Despite all these variations, in this study, we clearly showed that rat CA IX is consistently induced by physiological hypoxia in different cell types and that it can be also induced under normoxia by certain chemical compounds that disrupt oxygen sensing. We also demonstrated that in both fibroblasts and cardiomyocytes, rat CA IX is localized at the cell surface, suggesting that it might play a role in pH control and ion transport across the plasma membrane of hypoxic cells similarly as had been shown for human CA IX [39, 40]. Finally, we also showed that CA IX expression can be induced by physiological hypoxia in rat tissues including the heart, brain, kidney, and stomach. Together, these data approve the relevance of the rat model for further studies of CA IX.

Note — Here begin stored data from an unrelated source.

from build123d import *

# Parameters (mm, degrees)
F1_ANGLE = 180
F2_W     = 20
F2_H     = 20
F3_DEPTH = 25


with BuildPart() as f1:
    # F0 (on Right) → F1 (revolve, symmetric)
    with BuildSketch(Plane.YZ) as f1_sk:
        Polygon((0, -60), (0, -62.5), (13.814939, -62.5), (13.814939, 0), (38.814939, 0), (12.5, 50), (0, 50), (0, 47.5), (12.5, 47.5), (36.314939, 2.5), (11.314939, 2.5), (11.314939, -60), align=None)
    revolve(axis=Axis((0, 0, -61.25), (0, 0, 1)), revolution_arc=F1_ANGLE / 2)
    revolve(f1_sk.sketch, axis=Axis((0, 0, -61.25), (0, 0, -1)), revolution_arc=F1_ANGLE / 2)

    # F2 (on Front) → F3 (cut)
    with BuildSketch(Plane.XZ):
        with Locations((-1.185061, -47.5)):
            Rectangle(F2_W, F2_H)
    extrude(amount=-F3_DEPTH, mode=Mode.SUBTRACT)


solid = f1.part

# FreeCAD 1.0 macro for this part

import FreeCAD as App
import Part
import Sketcher


def add_polygon(sketch, points):
    """Adds a closed chain of lines whose ends are joined by coincident constraints."""
    first, n = sketch.GeometryCount, len(points)
    for a, b in zip(points, points[1:] + points[:1]):
        sketch.addGeometry(Part.LineSegment(App.Vector(*a, 0), App.Vector(*b, 0)), False)
    for i in range(n):
        sketch.addConstraint(Sketcher.Constraint("Coincident", first + i, 2, first + (i + 1) % n, 1))

doc = App.newDocument("Part")
body = doc.addObject("PartDesign::Body", "Body")

# Sketch on YZ plane
sketch1 = body.newObject("Sketcher::SketchObject", "Sketch")
sketch1.AttachmentSupport = (doc.getObject("YZ_Plane"), [""])
sketch1.MapMode = "FlatFace"
add_polygon(sketch1, [(0, -60), (0, -62.5), (13.8, -62.5), (13.8, 0), (38.8, 0), (12.5, 50), (0, 50), (0, 47.5), (12.5, 47.5), (36.3, 2.5), (11.3, 2.5), (11.3, -60)])  # lines 0-11
sketch1.addConstraint([
    Sketcher.Constraint("Vertical", 0),
    Sketcher.Constraint("Horizontal", 1),
    Sketcher.Constraint("Vertical", 2),
    Sketcher.Constraint("Horizontal", 3),
    Sketcher.Constraint("Horizontal", 5),
    Sketcher.Constraint("Vertical", 6),
    Sketcher.Constraint("Horizontal", 7),
    Sketcher.Constraint("Horizontal", 9),
    Sketcher.Constraint("Vertical", 10),
    Sketcher.Constraint("Horizontal", 11),
    Sketcher.Constraint("PointOnObject", 0, 2, -2),
    Sketcher.Constraint("PointOnObject", 2, 2, -1),
    Sketcher.Constraint("PointOnObject", 5, 2, -2),
    Sketcher.Constraint("Vertical", 4, 2, 7, 2),
    Sketcher.Constraint("Equal", 3, 9),
    Sketcher.Constraint("Equal", 0, 6),
    Sketcher.Constraint("Equal", 2, 10),
    Sketcher.Constraint("DistanceX", 3, 1, 3, 2, 25.0),
    Sketcher.Constraint("DistanceX", 5, 2, 5, 1, 12.5),
    Sketcher.Constraint("DistanceY", 0, 2, 0, 1, 2.5),
    Sketcher.Constraint("DistanceY", 2, 1, 2, 2, 62.5),
    Sketcher.Constraint("DistanceY", -1, 1, 4, 2, 50.0),
    Sketcher.Constraint("DistanceX", 8, 2, 3, 2, 2.5),
    Sketcher.Constraint("Distance", 4, 56.502),
])
revolution = body.newObject("PartDesign::Revolution", "Revolution")
revolution.Profile = sketch1
revolution.ReferenceAxis = (sketch1, ["V_Axis"])
revolution.Angle = 90

# Sketch on YZ plane
sketch2 = body.newObject("Sketcher::SketchObject", "Sketch001")
sketch2.AttachmentSupport = (doc.getObject("YZ_Plane"), [""])
sketch2.MapMode = "FlatFace"
add_polygon(sketch2, [(0, -60), (0, -62.5), (13.8, -62.5), (13.8, 0), (38.8, 0), (12.5, 50), (0, 50), (0, 47.5), (12.5, 47.5), (36.3, 2.5), (11.3, 2.5), (11.3, -60)])  # lines 0-11
sketch2.addConstraint([
    Sketcher.Constraint("Vertical", 0),
    Sketcher.Constraint("Horizontal", 1),
    Sketcher.Constraint("Vertical", 2),
    Sketcher.Constraint("Horizontal", 3),
    Sketcher.Constraint("Horizontal", 5),
    Sketcher.Constraint("Vertical", 6),
    Sketcher.Constraint("Horizontal", 7),
    Sketcher.Constraint("Horizontal", 9),
    Sketcher.Constraint("Vertical", 10),
    Sketcher.Constraint("Horizontal", 11),
    Sketcher.Constraint("PointOnObject", 0, 2, -2),
    Sketcher.Constraint("PointOnObject", 2, 2, -1),
    Sketcher.Constraint("PointOnObject", 5, 2, -2),
    Sketcher.Constraint("Vertical", 4, 2, 7, 2),
    Sketcher.Constraint("Equal", 3, 9),
    Sketcher.Constraint("Equal", 0, 6),
    Sketcher.Constraint("Equal", 2, 10),
    Sketcher.Constraint("DistanceX", 3, 1, 3, 2, 25.0),
    Sketcher.Constraint("DistanceX", 5, 2, 5, 1, 12.5),
    Sketcher.Constraint("DistanceY", 0, 2, 0, 1, 2.5),
    Sketcher.Constraint("DistanceY", 2, 1, 2, 2, 62.5),
    Sketcher.Constraint("DistanceY", -1, 1, 4, 2, 50.0),
    Sketcher.Constraint("DistanceX", 8, 2, 3, 2, 2.5),
    Sketcher.Constraint("Distance", 4, 56.502),
])
revolution2 = body.newObject("PartDesign::Revolution", "Revolution001")
revolution2.Profile = sketch2
revolution2.ReferenceAxis = (sketch2, ["V_Axis"])
revolution2.Angle = 90
revolution2.Reversed = True

# Sketch on XZ plane
sketch3 = body.newObject("Sketcher::SketchObject", "Sketch002")
sketch3.AttachmentSupport = (doc.getObject("XZ_Plane"), [""])
sketch3.MapMode = "FlatFace"
add_polygon(sketch3, [(-11, -38), (-11, -58), (9, -58), (9, -38)])  # lines 0-3
sketch3.addConstraint([
    Sketcher.Constraint("Vertical", 0),
    Sketcher.Constraint("Horizontal", 1),
    Sketcher.Constraint("Vertical", 2),
    Sketcher.Constraint("Horizontal", 3),
    Sketcher.Constraint("Equal", 3, 0),
    Sketcher.Constraint("DistanceX", 1, 1, 1, 2, 20.0),
    Sketcher.Constraint("DistanceY", 0, 2, -1, 1, 57.5),
    Sketcher.Constraint("DistanceX", 0, 2, -1, 1, 11.185061),
])
pocket1 = body.newObject("PartDesign::Pocket", "Pocket")
pocket1.Profile = sketch3
pocket1.Length = 25

doc.recompute()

Moreover, hypoxia-induced expression of CA IX in cardiomyocytes might be of particular importance for the study of cardiac pathophysiology, especially in association with different diseases linked to defective supply of oxygen and nutrients. This idea stems from the data showing that chronic moderate hypoxia is cardioprotective against acute hypoxia and reoxygenation injury [6] and that acidosis is an important factor contributing to death of cardiac cells exposed to chronic hypoxia [41]. As chronic moderate hypoxia induces expression of CA IX in cardiomyocytes and CA IX is functionally implicated in pH regulation, it is well conceivable that CA IX can be a part of the cardioprotective machinery. Nevertheless, further studies are needed to verify this assumption.